Clément Miao: Everyone in your comments is going to tell you that this is a very expensive rig and not competitive $/token wise compared to claude/oai etc, but
It's getting closer
80% of use cases will be satisfied by a model of this quality
an open weights model is more customizable
harnesses such as opencode will keep getting better
Noah Brier: Frontier models on your desktop are worse and slower. Every few months the OSS folks try to convince us they’re not and maybe one day that will be true, but for now it’s not true. If you’re willing to trade performance and quality for price then maybe …
The main practical advantage of open weights is that it can make the models cheaper and faster. If you try to run them locally, they are instead a lot more expensive and slow, if you count the cost of the hardware, and also much more fiddly. A classic story with open weights models, even for those who are pretty good at handling them, is screwing up the configuration in ways that make them a lot worse. This happens enough that it interferes with being able to trust early evals.
In theory this gives you more customization. In practice the models turn over quickly and you can get almost all the customization you actually want via system prompts.
Thanks to a generous grant that covered ~60% of the cost, I was able to justify buying a Mac Studio for running models locally, with the target originally being DeepSeek R1. Alas, I concluded that even having spent the money there was no practical reason to be running anything locally. Now that we have Claude Code to help set it up it would be cool and a lot less painful to try running Kimi K2 locally, and I want to try, but I’m not going to fool myself into thinking it is an efficient way of actually working.
Safety Not Even Third
Kimi does not seem to have had any meaningful interactions whatsoever with the concept of meaningful AI safety, as opposed to the safety of the individual user turning everything over to AI agents, which is a different very real type of problem. There is zero talk of any strategy on catastrophic or existential risks of any kind.
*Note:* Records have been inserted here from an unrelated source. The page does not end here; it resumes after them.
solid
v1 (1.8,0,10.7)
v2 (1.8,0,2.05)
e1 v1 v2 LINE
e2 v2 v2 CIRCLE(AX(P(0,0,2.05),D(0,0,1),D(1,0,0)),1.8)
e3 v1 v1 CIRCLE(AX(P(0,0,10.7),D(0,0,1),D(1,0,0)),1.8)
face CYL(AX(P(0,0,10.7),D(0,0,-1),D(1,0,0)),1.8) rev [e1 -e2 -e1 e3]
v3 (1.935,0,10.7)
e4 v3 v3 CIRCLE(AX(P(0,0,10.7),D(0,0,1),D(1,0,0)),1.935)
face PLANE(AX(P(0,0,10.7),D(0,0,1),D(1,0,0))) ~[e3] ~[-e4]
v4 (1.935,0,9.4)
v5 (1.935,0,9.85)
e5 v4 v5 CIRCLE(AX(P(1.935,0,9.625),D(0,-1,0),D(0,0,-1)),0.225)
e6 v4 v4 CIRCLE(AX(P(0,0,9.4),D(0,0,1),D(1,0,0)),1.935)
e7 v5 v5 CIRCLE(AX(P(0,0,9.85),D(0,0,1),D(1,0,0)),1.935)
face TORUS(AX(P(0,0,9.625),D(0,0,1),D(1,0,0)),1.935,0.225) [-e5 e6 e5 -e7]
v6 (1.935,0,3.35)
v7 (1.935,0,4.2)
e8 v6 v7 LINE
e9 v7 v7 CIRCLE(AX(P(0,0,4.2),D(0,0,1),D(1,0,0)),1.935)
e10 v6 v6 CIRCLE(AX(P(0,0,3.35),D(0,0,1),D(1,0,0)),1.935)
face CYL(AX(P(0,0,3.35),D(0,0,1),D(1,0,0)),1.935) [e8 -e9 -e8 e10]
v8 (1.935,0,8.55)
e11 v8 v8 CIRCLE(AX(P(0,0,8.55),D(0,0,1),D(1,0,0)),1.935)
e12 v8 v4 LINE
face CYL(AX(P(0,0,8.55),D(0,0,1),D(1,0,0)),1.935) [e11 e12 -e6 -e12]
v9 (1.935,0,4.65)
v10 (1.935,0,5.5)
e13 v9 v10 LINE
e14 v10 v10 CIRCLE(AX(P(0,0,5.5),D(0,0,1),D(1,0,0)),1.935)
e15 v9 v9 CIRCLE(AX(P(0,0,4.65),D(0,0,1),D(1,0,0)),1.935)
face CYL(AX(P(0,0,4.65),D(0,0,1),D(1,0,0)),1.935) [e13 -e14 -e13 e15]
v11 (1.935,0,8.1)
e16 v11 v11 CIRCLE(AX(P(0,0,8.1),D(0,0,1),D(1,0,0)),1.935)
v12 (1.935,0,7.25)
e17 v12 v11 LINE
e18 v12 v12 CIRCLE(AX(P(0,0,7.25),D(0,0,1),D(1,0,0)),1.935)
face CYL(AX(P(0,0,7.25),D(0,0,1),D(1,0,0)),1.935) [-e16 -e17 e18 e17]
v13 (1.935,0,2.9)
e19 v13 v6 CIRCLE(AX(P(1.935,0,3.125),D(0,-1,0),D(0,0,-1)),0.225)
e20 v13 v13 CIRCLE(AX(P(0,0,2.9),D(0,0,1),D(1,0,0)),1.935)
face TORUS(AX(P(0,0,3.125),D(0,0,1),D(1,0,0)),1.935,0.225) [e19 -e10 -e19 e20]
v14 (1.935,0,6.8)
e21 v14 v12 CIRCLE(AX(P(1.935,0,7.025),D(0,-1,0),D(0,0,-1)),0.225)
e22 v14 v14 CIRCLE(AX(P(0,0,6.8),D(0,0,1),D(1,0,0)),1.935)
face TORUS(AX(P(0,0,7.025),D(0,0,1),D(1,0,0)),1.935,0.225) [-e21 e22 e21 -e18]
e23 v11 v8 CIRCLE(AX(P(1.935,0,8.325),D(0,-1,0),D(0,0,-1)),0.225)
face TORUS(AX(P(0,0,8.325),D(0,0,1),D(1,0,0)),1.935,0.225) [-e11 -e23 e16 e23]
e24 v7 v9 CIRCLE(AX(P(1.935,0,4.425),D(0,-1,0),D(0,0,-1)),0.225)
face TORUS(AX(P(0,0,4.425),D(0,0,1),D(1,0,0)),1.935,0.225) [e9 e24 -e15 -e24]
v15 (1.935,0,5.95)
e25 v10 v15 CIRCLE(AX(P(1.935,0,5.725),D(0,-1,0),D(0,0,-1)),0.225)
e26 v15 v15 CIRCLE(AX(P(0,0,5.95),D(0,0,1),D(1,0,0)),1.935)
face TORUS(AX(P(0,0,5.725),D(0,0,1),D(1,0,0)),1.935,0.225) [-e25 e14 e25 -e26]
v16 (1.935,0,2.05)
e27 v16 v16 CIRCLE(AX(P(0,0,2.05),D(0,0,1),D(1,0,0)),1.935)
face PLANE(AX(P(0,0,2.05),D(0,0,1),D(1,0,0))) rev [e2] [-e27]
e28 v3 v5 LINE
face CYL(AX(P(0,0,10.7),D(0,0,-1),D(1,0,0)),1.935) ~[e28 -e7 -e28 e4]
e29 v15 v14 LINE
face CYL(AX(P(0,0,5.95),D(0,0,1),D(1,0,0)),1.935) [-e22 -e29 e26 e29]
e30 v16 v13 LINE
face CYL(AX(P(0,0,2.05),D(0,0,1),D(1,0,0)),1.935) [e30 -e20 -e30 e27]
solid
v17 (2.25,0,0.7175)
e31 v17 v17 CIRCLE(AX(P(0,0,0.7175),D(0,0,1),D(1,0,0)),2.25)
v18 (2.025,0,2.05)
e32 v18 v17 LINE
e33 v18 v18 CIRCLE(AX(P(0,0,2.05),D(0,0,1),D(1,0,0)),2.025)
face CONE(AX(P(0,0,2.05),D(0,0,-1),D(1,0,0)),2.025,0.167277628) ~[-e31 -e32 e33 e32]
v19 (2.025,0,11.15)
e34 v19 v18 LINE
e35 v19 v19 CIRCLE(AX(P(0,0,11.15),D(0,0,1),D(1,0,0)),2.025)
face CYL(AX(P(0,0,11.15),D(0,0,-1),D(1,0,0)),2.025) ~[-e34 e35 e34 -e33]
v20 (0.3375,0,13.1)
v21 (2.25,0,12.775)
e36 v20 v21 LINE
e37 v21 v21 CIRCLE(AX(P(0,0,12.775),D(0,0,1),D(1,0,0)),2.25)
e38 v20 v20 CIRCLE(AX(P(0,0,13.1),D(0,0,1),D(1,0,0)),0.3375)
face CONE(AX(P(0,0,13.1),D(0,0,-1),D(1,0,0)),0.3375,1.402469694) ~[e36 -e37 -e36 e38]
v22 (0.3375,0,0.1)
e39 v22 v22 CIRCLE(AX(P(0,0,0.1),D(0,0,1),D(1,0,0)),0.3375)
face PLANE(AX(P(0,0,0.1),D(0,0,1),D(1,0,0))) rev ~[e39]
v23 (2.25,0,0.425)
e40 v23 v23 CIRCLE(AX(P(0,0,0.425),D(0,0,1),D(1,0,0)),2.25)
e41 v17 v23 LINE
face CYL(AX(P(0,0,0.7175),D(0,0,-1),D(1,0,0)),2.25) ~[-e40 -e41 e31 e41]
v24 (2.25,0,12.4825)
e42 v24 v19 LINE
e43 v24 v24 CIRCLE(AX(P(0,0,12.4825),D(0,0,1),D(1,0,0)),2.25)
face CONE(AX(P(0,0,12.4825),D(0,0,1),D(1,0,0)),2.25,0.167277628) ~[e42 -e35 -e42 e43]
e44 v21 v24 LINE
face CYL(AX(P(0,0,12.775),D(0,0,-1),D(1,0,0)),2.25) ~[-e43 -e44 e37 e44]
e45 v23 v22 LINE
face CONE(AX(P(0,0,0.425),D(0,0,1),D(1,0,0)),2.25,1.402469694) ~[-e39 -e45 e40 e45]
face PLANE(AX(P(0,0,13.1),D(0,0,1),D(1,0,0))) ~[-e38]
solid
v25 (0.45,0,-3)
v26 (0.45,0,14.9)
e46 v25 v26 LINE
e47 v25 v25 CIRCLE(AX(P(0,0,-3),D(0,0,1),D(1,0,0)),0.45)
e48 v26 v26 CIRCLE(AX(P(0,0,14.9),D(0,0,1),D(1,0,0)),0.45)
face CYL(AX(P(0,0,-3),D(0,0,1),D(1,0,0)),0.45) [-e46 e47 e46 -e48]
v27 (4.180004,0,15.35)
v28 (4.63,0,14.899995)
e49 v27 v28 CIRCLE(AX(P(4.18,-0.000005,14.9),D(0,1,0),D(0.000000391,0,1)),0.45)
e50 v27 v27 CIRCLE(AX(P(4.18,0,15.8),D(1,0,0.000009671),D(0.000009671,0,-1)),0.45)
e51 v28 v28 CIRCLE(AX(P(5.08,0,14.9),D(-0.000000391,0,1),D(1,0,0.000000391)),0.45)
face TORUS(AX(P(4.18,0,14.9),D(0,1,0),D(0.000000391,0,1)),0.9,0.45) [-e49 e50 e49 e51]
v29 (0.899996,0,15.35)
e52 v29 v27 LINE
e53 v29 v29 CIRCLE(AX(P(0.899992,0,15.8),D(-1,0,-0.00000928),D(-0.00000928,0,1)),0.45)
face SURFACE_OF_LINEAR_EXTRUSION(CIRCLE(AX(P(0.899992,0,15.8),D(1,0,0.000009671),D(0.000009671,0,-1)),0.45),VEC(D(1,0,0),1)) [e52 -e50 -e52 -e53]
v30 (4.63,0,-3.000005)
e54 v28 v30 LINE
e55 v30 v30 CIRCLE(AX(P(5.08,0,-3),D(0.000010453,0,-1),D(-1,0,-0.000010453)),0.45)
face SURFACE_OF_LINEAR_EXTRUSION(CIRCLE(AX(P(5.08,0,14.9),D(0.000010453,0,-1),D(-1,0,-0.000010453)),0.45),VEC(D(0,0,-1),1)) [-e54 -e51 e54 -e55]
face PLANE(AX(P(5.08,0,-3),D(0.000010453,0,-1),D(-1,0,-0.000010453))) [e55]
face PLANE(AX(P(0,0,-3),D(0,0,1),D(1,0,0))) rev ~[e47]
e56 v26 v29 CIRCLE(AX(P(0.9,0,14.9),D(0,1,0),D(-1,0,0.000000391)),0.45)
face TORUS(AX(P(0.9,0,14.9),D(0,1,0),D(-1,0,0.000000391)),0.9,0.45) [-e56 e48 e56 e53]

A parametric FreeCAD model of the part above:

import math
import FreeCAD as App
import Part
import Sketcher

V = App.Vector
Q = App.Units.Quantity

doc = App.newDocument("Part")
body = doc.addObject("PartDesign::Body", "Body")

# Sketch on XY plane
sketch1 = body.newObject("Sketcher::SketchObject", "Sketch")
sketch1.AttachmentSupport = (doc.getObject("XY_Plane"), [""])
sketch1.MapMode = "FlatFace"
sketch1.AttachmentOffset = App.Placement(V(0, 0, -2), App.Rotation())
sketch1.addGeometry(Part.Circle(V(0, 0, 0), V(0, 0, 1), 0.45), False)
sketch1.addConstraint(Sketcher.Constraint("Coincident", 0, 3, -1, 1))
sketch1.addConstraint(Sketcher.Constraint("Diameter", 0, Q("0.9 mm")))

# Sketch on XZ plane
sketch2 = body.newObject("Sketcher::SketchObject", "Sketch001")
sketch2.AttachmentSupport = (doc.getObject("XZ_Plane"), [""])
sketch2.MapMode = "FlatFace"
sketch2.addGeometry(Part.LineSegment(V(0, -3, 0), V(0, 14.9, 0)), False)
sketch2.addGeometry(Part.ArcOfCircle(Part.Circle(V(0.9, 14.9, 0), V(0, 0, 1), 0.9), math.radians(90.000532), math.radians(179.999978)), False)
sketch2.addGeometry(Part.LineSegment(V(0.899992, 15.8, 0), V(4.18, 15.8, 0)), False)
sketch2.addGeometry(Part.ArcOfCircle(Part.Circle(V(4.18, 14.9, 0), V(0, 0, 1), 0.9), math.radians(0.000022), math.radians(89.999978)), False)
sketch2.addGeometry(Part.LineSegment(V(5.08, 14.9, 0), V(5.08, -3, 0)), False)
sketch2.addConstraint(Sketcher.Constraint("Tangent", 0, 2, 1, 2))
sketch2.addConstraint(Sketcher.Constraint("Coincident", 1, 1, 2, 1))
sketch2.addConstraint(Sketcher.Constraint("Tangent", 2, 2, 3, 2))
sketch2.addConstraint(Sketcher.Constraint("Tangent", 3, 1, 4, 1))
sketch2.addConstraint(Sketcher.Constraint("Vertical", 0))
sketch2.addConstraint(Sketcher.Constraint("Horizontal", 2))
sketch2.addConstraint(Sketcher.Constraint("Vertical", 4))
sketch2.addConstraint(Sketcher.Constraint("Equal", 1, 3))
sketch2.addConstraint(Sketcher.Constraint("PointOnObject", 0, 1, -2))
sketch2.addConstraint(Sketcher.Constraint("Horizontal", 0, 1, 4, 2))
sketch2.addConstraint(Sketcher.Constraint("Radius", 1, Q("0.9 mm")))
sketch2.addConstraint(Sketcher.Constraint("DistanceY", 0, 1, 0, 2, Q("17.9 mm")))
sketch2.addConstraint(Sketcher.Constraint("DistanceY", 0, 1, -1, 1, Q("3 mm")))
sketch2.addConstraint(Sketcher.Constraint("DistanceX", -1, 1, 3, 3, Q("4.18 mm")))
sketch2.addConstraint(Sketcher.Constraint("DistanceX", 2, 1, 2, 2, Q("3.280008 mm")))
doc.recompute()

additivepipe = body.newObject("PartDesign::AdditivePipe", "AdditivePipe")
additivepipe.Profile = sketch1
additivepipe.Spine = (sketch2, ["Edge1", "Edge2", "Edge3", "Edge4", "Edge5"])
body2 = doc.addObject("PartDesign::Body", "Body001")

# Sketch on XZ plane
sketch3 = body2.newObject("Sketcher::SketchObject", "Sketch002")
sketch3.AttachmentSupport = (doc.getObject("XZ_Plane001"), [""])
sketch3.MapMode = "FlatFace"
sketch3.addGeometry(Part.LineSegment(V(0, 13.1, 0), V(0, 0.1, 0)), False)
sketch3.addGeometry(Part.LineSegment(V(0, 0.1, 0), V(0.3375, 0.1, 0)), False)
sketch3.addGeometry(Part.LineSegment(V(0.3375, 0.1, 0), V(2.25, 0.425, 0)), False)
sketch3.addGeometry(Part.LineSegment(V(2.25, 0.425, 0), V(2.25, 0.7175, 0)), False)
sketch3.addGeometry(Part.LineSegment(V(2.25, 0.7175, 0), V(2.025, 2.05, 0)), False)
sketch3.addGeometry(Part.LineSegment(V(2.025, 2.05, 0), V(2.025, 11.15, 0)), False)
sketch3.addGeometry(Part.LineSegment(V(2.025, 11.15, 0), V(2.25, 12.4825, 0)), False)
sketch3.addGeometry(Part.LineSegment(V(2.25, 12.4825, 0), V(2.25, 12.775, 0)), False)
sketch3.addGeometry(Part.LineSegment(V(2.25, 12.775, 0), V(0.3375, 13.1, 0)), False)
sketch3.addGeometry(Part.LineSegment(V(0.3375, 13.1, 0), V(0, 13.1, 0)), False)
sketch3.addConstraint(Sketcher.Constraint("Coincident", 0, 2, 1, 1))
I am not comfortable with this trend. One could argue that ‘not being usemaxxed’ is itself the safety protection in open models like Kimi, but then they go and make agent swarms as a central feature. At some point there is likely going to be an incident. I have been pleasantly surprised to not have had this happen yet at scale. I would have said (and did say) in advance that it was unlikely we would get this far without that.
The lack of either robust (or any) safety protocols, combined with the lack of incidents or worry about incidents, suggests that we should not be so concerned about Kimi K2.5 in other ways. If it was so capable, we would not dare be this chill about it all.
Or at least, that’s what I am hoping.
It’s A Good Model, Sir
dax: all of our inference providers for kimi k2.5 are overloaded and asked us to scale down
even after all this time there's still not enough GPUs
This is what one should expect when prices don’t fluctuate enough over time. Kimi K2.5 has exceeded expectations, and there currently is insufficient supply of compute. After a burst of initial activity, Kimi K2.5 settled into its slot in the rotation for many.
Kimi K2.5 is a solid model, by all accounts now the leading open weights model, and is excellent given its price, with innovations related to the agent swarm system. Consensus says that if you can’t afford or don’t want to pay for Opus 4.5 and have to go with something cheaper to run your OpenClaw, Kimi is an excellent choice.
We should expect it to see it used until new models surpass it, and we can kick Kimi up a further notch on our watchlists.







At this point for coding effectively I want a beefy local machine just to run all the agent CLIs. With each agent running its own tests and so on, it's easy to consume a lot of resources. Local GPU isn't so important though.